__Work required__: With the records in front of you, set every one of them down exactly.

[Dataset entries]
....
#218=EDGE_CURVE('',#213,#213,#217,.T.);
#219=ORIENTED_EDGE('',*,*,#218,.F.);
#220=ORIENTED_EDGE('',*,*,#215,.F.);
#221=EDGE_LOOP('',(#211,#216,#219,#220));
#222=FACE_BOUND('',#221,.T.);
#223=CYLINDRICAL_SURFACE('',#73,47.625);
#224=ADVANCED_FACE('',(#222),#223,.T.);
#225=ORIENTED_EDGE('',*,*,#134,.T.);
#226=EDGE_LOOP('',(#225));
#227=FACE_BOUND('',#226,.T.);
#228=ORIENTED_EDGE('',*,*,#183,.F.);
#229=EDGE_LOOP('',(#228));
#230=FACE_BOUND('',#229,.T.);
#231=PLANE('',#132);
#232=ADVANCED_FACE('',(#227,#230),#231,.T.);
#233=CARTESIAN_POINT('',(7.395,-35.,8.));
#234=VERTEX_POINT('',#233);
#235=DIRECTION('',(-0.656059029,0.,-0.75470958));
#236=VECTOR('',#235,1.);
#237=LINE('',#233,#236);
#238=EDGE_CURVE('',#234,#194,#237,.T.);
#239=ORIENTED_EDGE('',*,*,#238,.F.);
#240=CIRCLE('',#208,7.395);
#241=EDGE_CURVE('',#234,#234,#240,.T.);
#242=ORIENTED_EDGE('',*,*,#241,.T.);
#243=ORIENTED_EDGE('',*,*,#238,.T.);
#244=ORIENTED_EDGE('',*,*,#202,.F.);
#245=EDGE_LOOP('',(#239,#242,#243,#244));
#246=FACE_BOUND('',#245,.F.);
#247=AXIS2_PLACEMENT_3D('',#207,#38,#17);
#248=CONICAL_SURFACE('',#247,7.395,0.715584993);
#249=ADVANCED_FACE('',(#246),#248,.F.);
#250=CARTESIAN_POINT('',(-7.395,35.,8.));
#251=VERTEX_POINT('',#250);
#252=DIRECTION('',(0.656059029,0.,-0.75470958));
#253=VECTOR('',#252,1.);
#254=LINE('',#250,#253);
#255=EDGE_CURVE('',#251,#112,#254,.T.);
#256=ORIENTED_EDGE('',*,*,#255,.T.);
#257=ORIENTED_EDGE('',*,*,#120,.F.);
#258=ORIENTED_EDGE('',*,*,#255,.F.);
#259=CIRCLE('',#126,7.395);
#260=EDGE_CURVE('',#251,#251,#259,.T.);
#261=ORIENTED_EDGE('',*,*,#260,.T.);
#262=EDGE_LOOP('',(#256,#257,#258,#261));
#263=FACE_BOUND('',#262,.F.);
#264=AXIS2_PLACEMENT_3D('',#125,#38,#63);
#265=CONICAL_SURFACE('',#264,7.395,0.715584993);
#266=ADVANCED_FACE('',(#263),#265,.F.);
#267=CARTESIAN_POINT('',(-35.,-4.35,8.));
....
__Exercise solution__:
#218=EDGE_CURVE('',#213,#213,#217,.T.);
#219=ORIENTED_EDGE('',*,*,#218,.F.);
#220=ORIENTED_EDGE('',*,*,#215,.F.);
#221=EDGE_LOOP('',(#211,#216,#219,#220));
#222=FACE_BOUND('',#221,.T.);
#223=CYLINDRICAL_SURFACE('',#73,47.625);
#224=ADVANCED_FACE('',(#222),#223,.T.);
#225=ORIENTED_EDGE('',*,*,#134,.T.);
#226=EDGE_LOOP('',(#225));
#227=FACE_BOUND('',#226,.T.);
#228=ORIENTED_EDGE('',*,*,#183,.F.);
#229=EDGE_LOOP('',(#228));
#230=FACE_BOUND('',#229,.T.);
#231=PLANE('',#132);
#232=ADVANCED_FACE('',(#227,#230),#231,.T.);
#233=CARTESIAN_POINT('',(7.395,-35.,8.));
#234=VERTEX_POINT('',#233);
#235=DIRECTION('',(-0.656059029,0.,-0.75470958));
#236=VECTOR('',#235,1.);
#237=LINE('',#233,#236);
#238=EDGE_CURVE('',#234,#194,#237,.T.);
#239=ORIENTED_EDGE('',*,*,#238,.F.);
#240=CIRCLE('',#208,7.395);
#241=EDGE_CURVE('',#234,#234,#240,.T.);
#242=ORIENTED_EDGE('',*,*,#241,.T.);
#243=ORIENTED_EDGE('',*,*,#238,.T.);
#244=ORIENTED_EDGE('',*,*,#202,.F.);
#245=EDGE_LOOP('',(#239,#242,#243,#244));
#246=FACE_BOUND('',#245,.F.);
#247=AXIS2_PLACEMENT_3D('',#207,#38,#17);
#248=CONICAL_SURFACE('',#247,7.395,0.715584993);
#249=ADVANCED_FACE('',(#246),#248,.F.);
#250=CARTESIAN_POINT('',(-7.395,35.,8.));
#251=VERTEX_POINT('',#250);
#252=DIRECTION('',(0.656059029,0.,-0.75470958));
#253=VECTOR('',#252,1.);
#254=LINE('',#250,#253);
#255=EDGE_CURVE('',#251,#112,#254,.T.);
#256=ORIENTED_EDGE('',*,*,#255,.T.);
#257=ORIENTED_EDGE('',*,*,#120,.F.);
#258=ORIENTED_EDGE('',*,*,#255,.F.);
#259=CIRCLE('',#126,7.395);
#260=EDGE_CURVE('',#251,#251,#259,.T.);
#261=ORIENTED_EDGE('',*,*,#260,.T.);
#262=EDGE_LOOP('',(#256,#257,#258,#261));
#263=FACE_BOUND('',#262,.F.);
#264=AXIS2_PLACEMENT_3D('',#125,#38,#63);
#265=CONICAL_SURFACE('',#264,7.395,0.715584993);
#266=ADVANCED_FACE('',(#263),#265,.F.);
#267=CARTESIAN_POINT('',(-35.,-4.35,8.));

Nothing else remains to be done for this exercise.